IN PERHAPS THE most honest prayer in the history of Christendom, a young Augustine (at this point far from a saint) asked the Lord to “make me chaste—but not yet.”
Timing is always the trouble—we put off till tomorrow what we know we should do today, and trouble results. In our lives, and also in our lives as nations and as a world. What is the tragic and hideous war in Ukraine but the result of changes left too long? For instance, we’ve known for many years that Putin’s regime was brutish and careening toward something truly ugly. There’s little doubt that his henchmen assassinated Russian dissidents in the streets outside the Kremlin and Russian exiles in the streets of Britain; they tried (and very nearly succeeded) to kill his main political opponent by poisoning his underwear. But there were luxury apartments to be sold to his apparatchiks (the British capital has been nicknamed Londongrad; Trump’s son boasted that “we have all the funding we need out of Russia”).

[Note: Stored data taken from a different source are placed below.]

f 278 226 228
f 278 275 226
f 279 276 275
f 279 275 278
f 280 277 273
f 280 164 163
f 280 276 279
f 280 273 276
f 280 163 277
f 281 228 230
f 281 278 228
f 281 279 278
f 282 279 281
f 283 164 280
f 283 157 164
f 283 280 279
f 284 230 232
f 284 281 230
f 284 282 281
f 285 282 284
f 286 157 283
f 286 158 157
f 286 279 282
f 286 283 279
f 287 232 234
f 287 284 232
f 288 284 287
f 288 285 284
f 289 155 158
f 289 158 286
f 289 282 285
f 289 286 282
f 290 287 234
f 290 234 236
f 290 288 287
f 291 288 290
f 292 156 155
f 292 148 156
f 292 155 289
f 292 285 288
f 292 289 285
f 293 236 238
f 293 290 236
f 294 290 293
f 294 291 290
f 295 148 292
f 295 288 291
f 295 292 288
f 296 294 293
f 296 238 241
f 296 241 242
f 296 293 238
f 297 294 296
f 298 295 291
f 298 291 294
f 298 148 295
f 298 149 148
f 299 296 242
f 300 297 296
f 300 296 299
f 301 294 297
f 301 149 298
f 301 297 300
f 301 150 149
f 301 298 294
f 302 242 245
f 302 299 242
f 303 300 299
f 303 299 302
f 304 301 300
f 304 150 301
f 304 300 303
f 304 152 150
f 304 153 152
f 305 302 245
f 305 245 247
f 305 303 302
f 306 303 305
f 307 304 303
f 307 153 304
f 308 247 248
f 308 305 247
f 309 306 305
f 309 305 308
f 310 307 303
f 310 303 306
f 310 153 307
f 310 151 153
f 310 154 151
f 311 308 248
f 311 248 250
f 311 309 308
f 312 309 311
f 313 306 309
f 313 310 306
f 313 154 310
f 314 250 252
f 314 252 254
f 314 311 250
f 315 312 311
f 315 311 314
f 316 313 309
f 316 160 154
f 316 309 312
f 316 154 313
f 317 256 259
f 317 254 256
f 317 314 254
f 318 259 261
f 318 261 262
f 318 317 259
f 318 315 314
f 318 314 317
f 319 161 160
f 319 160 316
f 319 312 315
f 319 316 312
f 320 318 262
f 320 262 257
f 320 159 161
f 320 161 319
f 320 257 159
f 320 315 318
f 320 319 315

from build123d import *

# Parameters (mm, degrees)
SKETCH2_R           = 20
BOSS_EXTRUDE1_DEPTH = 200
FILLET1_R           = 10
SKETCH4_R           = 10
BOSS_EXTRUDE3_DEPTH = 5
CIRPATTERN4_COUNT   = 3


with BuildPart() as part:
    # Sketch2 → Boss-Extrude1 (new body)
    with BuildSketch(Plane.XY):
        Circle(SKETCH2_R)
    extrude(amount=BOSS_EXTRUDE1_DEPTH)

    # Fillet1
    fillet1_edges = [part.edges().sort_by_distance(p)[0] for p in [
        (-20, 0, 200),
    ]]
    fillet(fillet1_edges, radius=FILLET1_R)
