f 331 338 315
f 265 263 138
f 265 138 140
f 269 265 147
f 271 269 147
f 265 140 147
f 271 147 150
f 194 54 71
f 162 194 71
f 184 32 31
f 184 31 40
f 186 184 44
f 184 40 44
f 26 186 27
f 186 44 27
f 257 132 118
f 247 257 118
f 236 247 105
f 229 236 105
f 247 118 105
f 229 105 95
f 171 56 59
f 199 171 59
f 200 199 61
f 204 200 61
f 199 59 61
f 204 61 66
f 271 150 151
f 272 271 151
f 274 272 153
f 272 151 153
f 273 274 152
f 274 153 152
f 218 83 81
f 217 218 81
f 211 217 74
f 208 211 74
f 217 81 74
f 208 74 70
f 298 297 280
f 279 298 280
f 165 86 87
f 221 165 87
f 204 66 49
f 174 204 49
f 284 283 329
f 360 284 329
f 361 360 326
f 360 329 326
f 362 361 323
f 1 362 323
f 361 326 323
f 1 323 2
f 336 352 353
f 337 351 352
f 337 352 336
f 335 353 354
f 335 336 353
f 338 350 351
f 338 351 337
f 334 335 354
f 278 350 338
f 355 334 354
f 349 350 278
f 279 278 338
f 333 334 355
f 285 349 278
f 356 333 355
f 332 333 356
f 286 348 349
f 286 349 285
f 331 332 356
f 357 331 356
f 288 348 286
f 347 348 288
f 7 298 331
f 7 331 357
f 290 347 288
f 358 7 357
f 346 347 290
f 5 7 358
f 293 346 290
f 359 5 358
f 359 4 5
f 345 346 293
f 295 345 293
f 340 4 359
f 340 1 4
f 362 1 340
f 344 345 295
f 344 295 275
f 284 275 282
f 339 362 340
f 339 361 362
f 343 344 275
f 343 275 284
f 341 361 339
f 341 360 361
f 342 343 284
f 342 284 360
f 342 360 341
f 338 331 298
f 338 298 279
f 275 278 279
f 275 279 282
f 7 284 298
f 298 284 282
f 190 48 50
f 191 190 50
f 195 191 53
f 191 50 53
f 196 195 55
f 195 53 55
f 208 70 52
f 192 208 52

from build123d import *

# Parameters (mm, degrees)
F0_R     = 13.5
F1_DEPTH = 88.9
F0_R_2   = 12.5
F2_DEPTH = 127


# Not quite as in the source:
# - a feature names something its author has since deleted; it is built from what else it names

And, of course, we’d long known that we needed to do something about climate change—after all, the Arctic is melting, which seems like the kind of sign that doesn’t require much interpretation. But we’re used to the world we live in; doing the work to change our lives was rarely a priority.
These two avoidances combined to power Putin. Remember, for instance, that the CEO of ExxonMobil (and eventually Trump’s first secretary of state) Rex Tillerson literally accepted an “Order of Friendship” from the Russian dictator, long after it was clear what kind of man he was. (“Friendship” was defined as Exxon having heavily invested in the project of developing Russia’s Arctic oil, a project only possible because we’d already melted most of the ice.)

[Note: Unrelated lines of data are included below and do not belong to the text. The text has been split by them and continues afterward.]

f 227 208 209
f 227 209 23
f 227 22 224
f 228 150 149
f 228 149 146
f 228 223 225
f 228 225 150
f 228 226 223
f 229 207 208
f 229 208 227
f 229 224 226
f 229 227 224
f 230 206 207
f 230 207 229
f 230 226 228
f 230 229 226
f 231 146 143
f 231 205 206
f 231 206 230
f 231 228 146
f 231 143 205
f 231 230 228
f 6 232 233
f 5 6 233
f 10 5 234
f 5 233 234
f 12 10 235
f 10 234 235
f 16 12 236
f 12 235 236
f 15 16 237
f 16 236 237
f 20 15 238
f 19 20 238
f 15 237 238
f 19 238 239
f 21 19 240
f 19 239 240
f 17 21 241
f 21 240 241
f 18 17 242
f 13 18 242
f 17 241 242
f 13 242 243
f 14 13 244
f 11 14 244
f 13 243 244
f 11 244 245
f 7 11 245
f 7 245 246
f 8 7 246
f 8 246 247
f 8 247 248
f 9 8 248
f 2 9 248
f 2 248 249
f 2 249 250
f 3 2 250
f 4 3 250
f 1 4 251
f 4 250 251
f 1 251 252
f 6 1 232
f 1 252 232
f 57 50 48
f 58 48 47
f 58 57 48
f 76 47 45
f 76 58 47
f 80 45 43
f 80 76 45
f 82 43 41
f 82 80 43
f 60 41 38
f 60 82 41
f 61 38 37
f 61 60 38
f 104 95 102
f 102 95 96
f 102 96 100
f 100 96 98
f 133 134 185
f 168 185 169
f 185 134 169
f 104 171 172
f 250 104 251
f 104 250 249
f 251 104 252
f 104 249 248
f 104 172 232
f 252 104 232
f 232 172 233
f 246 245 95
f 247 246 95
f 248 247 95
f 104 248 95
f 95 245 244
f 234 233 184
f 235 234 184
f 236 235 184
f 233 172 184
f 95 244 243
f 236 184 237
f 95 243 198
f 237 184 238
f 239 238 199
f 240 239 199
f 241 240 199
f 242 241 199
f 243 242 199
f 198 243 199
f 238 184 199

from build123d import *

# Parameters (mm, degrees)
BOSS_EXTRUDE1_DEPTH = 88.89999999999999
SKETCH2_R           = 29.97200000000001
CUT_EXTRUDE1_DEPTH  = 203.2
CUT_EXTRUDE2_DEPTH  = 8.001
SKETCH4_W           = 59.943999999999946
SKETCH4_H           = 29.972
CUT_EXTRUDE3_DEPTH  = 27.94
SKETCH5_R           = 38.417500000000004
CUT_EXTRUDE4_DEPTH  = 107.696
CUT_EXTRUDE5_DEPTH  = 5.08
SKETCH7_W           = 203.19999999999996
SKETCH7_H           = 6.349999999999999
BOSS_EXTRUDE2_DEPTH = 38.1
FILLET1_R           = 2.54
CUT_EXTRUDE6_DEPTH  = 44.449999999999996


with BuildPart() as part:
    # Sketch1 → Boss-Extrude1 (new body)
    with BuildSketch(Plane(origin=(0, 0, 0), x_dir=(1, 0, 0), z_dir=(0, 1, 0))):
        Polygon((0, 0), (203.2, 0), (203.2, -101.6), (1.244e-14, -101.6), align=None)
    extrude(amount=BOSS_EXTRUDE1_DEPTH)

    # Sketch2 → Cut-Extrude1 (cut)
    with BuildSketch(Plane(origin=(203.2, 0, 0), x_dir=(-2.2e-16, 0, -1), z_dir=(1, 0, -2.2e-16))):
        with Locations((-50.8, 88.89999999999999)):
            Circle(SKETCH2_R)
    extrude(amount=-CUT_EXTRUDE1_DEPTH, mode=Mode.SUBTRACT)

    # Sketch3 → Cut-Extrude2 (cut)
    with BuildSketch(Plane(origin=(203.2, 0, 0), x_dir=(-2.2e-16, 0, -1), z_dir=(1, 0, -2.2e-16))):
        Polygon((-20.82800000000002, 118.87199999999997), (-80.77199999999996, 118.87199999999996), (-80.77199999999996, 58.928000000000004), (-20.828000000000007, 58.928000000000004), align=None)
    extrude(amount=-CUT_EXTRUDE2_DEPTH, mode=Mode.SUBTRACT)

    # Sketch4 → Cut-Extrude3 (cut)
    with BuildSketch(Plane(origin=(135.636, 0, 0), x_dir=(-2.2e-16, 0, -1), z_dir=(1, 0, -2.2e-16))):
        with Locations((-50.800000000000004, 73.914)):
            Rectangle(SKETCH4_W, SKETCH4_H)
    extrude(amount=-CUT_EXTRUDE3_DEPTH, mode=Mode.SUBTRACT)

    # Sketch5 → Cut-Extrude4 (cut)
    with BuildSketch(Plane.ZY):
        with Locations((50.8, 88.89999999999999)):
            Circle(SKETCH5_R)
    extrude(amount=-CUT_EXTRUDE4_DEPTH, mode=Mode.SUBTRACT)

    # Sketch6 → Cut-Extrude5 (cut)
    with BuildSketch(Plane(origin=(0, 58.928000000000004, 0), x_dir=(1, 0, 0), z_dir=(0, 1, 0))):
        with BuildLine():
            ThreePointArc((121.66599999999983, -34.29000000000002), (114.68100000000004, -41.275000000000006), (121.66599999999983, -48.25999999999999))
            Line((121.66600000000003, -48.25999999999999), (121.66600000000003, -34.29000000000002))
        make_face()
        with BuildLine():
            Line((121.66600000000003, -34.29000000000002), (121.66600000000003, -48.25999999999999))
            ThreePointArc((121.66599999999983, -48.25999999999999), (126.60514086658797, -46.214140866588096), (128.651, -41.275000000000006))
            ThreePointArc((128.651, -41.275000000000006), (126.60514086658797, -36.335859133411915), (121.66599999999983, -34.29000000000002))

So, Putin was able to invade Ukraine because he had a war machine paid for by oil and gas (literally—60 percent of the country’s exports consist of hydrocarbons. Try to find something of Russian manufacture in your house). And he was able to cow Europe by threatening to turn off its gas supplies.
Now, belatedly, at enormous expense in lives (and in treasure), we are rallying ourselves to the tasks we should have undertaken long ago: converting Europe and perhaps America to renewable energy, shutting down the money pipeline that has made Putin’s regime work. The people who paid the price for our delay are the ones sheltering in subway stations and pulling bodies from bombed hospitals; we must, sadly, pray that they will be the only ones, and that the whole world won’t pay in a radioactive cloud.
We are at a place in world history—on a crowded, hair-trigger planet—where putting off clearly necessary tasks because they are hard is the greatest dereliction of duty. “Sufficient unto the day is the evil thereof” is reasonable advice only if we actually heed it, which means taking that evil seriously when it arises, not putting it off in the hope that someone else will take it on.